> Assigned task
Of all the lines below, output only those starting at the one with "#134=ADVANCED_FACE('',(#127,#130),#133,.T.);" and ending at the one with "#143=PLANE('',#142);", both ends included, exactly as written.

> Data records
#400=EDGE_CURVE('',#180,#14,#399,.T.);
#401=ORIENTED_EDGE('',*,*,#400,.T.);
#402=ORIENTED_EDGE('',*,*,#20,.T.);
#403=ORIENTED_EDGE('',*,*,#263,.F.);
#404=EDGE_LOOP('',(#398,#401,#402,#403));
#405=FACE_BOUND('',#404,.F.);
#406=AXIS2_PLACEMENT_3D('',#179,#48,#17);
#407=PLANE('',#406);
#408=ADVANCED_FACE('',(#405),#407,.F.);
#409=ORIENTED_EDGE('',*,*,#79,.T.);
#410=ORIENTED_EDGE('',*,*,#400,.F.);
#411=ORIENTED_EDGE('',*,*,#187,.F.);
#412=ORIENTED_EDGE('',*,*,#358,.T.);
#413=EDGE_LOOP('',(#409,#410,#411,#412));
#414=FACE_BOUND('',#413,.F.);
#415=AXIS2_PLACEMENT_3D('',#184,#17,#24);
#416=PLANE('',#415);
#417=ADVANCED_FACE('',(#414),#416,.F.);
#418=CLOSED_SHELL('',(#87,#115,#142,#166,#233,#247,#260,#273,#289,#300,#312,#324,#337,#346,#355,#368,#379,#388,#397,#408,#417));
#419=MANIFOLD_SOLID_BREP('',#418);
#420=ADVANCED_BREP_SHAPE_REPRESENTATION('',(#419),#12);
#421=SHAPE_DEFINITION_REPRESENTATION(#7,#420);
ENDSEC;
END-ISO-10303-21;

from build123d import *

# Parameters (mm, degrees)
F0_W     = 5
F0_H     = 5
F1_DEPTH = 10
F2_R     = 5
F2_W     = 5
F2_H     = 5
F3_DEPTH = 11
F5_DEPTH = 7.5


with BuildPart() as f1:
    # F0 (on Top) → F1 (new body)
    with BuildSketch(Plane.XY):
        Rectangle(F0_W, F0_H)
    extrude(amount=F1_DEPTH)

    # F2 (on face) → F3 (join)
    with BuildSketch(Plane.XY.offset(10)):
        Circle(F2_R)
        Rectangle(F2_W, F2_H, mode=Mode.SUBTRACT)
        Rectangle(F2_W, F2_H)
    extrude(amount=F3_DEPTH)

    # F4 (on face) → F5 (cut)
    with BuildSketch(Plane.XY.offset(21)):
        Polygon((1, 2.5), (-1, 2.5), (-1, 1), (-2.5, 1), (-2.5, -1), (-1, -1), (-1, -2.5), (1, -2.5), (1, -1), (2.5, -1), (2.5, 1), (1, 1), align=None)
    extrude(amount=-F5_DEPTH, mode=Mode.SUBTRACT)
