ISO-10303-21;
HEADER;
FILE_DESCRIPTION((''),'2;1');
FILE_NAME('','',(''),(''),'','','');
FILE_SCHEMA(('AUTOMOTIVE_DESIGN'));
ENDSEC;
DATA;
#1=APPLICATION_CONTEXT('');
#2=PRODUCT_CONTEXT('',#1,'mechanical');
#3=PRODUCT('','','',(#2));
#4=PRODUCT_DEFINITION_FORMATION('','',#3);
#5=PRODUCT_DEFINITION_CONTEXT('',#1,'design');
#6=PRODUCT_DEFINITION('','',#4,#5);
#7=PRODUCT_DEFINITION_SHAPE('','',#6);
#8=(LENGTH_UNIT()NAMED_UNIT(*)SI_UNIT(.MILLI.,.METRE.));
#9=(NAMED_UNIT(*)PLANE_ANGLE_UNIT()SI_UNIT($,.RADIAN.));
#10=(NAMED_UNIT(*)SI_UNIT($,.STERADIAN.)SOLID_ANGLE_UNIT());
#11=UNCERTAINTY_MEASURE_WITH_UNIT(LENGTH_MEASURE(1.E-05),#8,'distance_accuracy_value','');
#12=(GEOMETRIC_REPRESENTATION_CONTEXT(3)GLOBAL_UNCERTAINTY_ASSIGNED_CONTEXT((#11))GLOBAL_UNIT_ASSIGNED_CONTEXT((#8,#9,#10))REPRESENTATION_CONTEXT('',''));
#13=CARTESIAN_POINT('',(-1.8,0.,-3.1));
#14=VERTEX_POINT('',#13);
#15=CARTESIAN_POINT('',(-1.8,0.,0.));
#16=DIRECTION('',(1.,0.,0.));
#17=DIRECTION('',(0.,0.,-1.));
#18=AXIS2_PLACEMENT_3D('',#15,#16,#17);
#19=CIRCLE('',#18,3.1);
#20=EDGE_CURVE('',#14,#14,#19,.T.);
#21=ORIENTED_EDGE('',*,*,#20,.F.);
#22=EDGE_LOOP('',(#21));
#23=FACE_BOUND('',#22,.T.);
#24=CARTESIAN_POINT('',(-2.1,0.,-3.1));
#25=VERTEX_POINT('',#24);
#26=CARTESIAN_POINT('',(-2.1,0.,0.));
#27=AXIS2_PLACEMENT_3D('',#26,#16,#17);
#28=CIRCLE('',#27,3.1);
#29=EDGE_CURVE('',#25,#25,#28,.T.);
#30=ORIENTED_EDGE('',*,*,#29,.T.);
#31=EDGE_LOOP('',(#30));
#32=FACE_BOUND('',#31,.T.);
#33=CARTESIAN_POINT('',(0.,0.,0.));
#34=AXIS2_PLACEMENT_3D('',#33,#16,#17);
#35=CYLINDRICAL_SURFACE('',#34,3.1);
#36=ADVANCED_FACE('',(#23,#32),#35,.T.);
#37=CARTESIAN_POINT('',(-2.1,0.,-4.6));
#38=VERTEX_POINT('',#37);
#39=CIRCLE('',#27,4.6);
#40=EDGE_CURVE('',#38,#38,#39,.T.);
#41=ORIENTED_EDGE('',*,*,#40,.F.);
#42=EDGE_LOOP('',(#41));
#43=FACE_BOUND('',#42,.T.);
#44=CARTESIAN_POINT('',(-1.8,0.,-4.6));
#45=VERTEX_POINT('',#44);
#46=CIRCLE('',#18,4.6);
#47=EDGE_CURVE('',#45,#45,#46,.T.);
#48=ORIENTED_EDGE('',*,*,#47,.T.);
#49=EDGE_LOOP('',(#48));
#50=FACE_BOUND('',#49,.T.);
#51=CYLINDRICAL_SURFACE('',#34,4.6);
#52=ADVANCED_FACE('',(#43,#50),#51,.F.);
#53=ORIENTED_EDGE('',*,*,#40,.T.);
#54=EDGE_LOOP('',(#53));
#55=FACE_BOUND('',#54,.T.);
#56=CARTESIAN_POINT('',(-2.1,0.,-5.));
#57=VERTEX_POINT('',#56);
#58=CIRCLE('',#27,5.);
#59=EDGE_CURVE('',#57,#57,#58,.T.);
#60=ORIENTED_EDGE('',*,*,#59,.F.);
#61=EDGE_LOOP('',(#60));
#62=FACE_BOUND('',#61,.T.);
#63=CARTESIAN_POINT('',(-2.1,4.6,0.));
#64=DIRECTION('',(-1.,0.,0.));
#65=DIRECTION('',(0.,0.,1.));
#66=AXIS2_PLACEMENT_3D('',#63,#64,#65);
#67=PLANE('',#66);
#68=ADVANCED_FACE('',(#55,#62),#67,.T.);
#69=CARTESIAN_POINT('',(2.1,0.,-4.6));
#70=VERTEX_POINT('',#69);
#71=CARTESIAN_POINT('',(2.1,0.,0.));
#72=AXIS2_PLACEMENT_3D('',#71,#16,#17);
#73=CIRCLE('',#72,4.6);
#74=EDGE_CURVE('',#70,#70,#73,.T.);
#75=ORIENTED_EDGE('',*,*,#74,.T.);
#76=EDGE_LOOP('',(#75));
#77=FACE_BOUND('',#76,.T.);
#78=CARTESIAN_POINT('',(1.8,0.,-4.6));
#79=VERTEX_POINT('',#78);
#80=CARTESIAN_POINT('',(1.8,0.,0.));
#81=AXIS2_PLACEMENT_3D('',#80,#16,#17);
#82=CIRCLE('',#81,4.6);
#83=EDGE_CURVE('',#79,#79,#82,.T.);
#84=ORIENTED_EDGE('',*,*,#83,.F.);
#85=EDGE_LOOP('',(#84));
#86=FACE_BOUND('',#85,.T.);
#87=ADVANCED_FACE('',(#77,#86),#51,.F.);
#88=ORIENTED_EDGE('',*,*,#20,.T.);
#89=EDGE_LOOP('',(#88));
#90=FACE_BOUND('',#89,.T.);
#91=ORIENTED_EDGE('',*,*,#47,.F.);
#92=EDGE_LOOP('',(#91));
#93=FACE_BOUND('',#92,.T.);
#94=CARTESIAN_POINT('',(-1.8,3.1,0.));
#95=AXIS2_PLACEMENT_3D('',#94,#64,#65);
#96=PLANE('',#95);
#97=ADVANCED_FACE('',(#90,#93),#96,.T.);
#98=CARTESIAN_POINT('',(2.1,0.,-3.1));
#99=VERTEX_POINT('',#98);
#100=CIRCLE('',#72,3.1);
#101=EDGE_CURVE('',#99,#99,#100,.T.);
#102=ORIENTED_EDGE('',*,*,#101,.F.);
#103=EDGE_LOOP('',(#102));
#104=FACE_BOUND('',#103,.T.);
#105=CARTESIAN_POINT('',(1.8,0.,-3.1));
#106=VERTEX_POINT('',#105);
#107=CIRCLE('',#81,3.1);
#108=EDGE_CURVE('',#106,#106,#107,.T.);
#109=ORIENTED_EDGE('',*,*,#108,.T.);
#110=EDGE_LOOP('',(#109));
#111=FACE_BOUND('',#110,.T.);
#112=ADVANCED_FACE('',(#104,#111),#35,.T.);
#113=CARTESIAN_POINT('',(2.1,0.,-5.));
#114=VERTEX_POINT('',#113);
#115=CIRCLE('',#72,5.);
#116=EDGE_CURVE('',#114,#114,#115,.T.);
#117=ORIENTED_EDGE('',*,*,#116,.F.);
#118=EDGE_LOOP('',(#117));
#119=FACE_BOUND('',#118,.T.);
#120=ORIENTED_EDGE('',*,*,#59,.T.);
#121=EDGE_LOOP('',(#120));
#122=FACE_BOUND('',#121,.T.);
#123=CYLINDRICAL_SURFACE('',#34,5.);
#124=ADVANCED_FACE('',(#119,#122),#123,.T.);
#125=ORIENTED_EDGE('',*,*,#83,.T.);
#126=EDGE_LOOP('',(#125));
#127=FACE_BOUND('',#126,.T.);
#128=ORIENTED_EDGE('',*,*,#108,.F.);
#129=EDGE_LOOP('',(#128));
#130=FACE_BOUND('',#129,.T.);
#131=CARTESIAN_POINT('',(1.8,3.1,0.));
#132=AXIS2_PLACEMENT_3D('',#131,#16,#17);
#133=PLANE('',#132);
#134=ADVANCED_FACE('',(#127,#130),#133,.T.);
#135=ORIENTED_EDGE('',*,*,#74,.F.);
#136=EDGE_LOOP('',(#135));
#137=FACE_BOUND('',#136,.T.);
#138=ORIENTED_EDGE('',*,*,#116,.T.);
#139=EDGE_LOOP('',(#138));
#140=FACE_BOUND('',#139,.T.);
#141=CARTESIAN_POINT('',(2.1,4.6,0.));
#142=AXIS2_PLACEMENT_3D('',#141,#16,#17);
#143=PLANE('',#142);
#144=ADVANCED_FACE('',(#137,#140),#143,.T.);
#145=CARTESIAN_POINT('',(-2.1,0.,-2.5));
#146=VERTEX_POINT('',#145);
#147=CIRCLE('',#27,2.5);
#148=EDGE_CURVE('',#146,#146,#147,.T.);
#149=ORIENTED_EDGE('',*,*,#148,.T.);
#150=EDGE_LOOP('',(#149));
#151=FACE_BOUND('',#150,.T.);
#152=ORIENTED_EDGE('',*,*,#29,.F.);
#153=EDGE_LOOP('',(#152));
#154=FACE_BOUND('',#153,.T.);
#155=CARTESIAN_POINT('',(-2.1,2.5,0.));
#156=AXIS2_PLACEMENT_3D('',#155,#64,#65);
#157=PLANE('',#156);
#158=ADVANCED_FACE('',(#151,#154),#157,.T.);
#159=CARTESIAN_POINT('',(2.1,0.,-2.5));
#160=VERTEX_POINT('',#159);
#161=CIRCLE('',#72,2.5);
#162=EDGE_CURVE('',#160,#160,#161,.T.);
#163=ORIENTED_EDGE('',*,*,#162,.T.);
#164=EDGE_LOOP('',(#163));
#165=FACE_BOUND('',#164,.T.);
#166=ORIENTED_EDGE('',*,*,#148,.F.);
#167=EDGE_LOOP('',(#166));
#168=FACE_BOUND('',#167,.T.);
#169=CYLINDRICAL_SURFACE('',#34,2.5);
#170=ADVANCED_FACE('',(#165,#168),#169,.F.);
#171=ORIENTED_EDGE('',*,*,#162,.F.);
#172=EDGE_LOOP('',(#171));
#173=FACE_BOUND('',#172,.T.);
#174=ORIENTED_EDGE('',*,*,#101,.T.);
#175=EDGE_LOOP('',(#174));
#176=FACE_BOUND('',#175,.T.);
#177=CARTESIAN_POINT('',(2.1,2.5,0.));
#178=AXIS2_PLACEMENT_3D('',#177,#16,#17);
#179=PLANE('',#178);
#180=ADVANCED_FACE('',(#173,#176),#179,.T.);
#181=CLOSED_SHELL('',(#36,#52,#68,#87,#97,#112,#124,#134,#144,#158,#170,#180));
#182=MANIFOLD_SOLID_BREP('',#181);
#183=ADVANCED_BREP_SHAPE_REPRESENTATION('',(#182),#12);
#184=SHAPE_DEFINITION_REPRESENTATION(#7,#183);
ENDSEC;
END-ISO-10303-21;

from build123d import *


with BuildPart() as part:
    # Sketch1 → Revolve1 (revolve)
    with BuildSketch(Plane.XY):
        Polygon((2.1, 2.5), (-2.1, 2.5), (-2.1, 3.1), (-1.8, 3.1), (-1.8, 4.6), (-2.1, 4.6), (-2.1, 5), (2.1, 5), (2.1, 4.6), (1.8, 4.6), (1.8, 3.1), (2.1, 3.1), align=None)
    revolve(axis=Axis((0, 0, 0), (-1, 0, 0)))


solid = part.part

> Task answer
#134=ADVANCED_FACE('',(#127,#130),#133,.T.);
#135=ORIENTED_EDGE('',*,*,#74,.F.);
#136=EDGE_LOOP('',(#135));
#137=FACE_BOUND('',#136,.T.);
#138=ORIENTED_EDGE('',*,*,#116,.T.);
#139=EDGE_LOOP('',(#138));
#140=FACE_BOUND('',#139,.T.);
#141=CARTESIAN_POINT('',(2.1,4.6,0.));
#142=AXIS2_PLACEMENT_3D('',#141,#16,#17);
#143=PLANE('',#142);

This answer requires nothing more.